═════ DATA FOR THE TASK ═════
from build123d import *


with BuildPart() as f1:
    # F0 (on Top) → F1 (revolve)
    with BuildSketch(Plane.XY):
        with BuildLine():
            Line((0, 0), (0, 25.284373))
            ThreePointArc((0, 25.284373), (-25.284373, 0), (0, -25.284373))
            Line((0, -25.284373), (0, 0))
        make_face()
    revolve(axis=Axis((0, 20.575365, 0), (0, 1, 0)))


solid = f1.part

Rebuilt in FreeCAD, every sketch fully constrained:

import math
import FreeCAD as App
import Part
import Sketcher

V = App.Vector
Q = App.Units.Quantity

doc = App.newDocument("Part")
body = doc.addObject("PartDesign::Body", "Body")

sketch1 = doc.addObject("Sketcher::SketchObject", "Sketch")
body.addObject(sketch1)
sketch1.AttachmentSupport = (doc.XY_Plane, [""])
sketch1.MapMode = "FlatFace"
sketch1.addGeometry(Part.ArcOfCircle(Part.Circle(V(0, 0, 0), V(0, 0, 1), 25), math.radians(90), math.radians(270)), False)
sketch1.addGeometry(Part.LineSegment(V(0, -25, 0), V(0, 25, 0)), False)
sketch1.addConstraint(Sketcher.Constraint("Coincident", 0, 1, 1, 2))
sketch1.addConstraint(Sketcher.Constraint("Coincident", 1, 1, 0, 2))
sketch1.addConstraint(Sketcher.Constraint("Vertical", 1))
sketch1.addConstraint(Sketcher.Constraint("Coincident", 0, 3, -1, 1))
sketch1.addConstraint(Sketcher.Constraint("PointOnObject", 0, 1, -2))
sketch1.addConstraint(Sketcher.Constraint("Radius", 0, Q("25.284373 mm")))
revolution = doc.addObject("PartDesign::Revolution", "Revolution")
body.addObject(revolution)
revolution.Profile = sketch1
revolution.ReferenceAxis = (sketch1, ["V_Axis"])
revolution.Angle = 360

doc.recompute()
═════
> [WHAT NEEDS TO BE DONE]
Above are the records. Copy every line in them holding "revolve".

> [THE COMPLETED TASK]
    # F0 (on Top) → F1 (revolve)
    revolve(axis=Axis((0, 20.575365, 0), (0, 1, 0)))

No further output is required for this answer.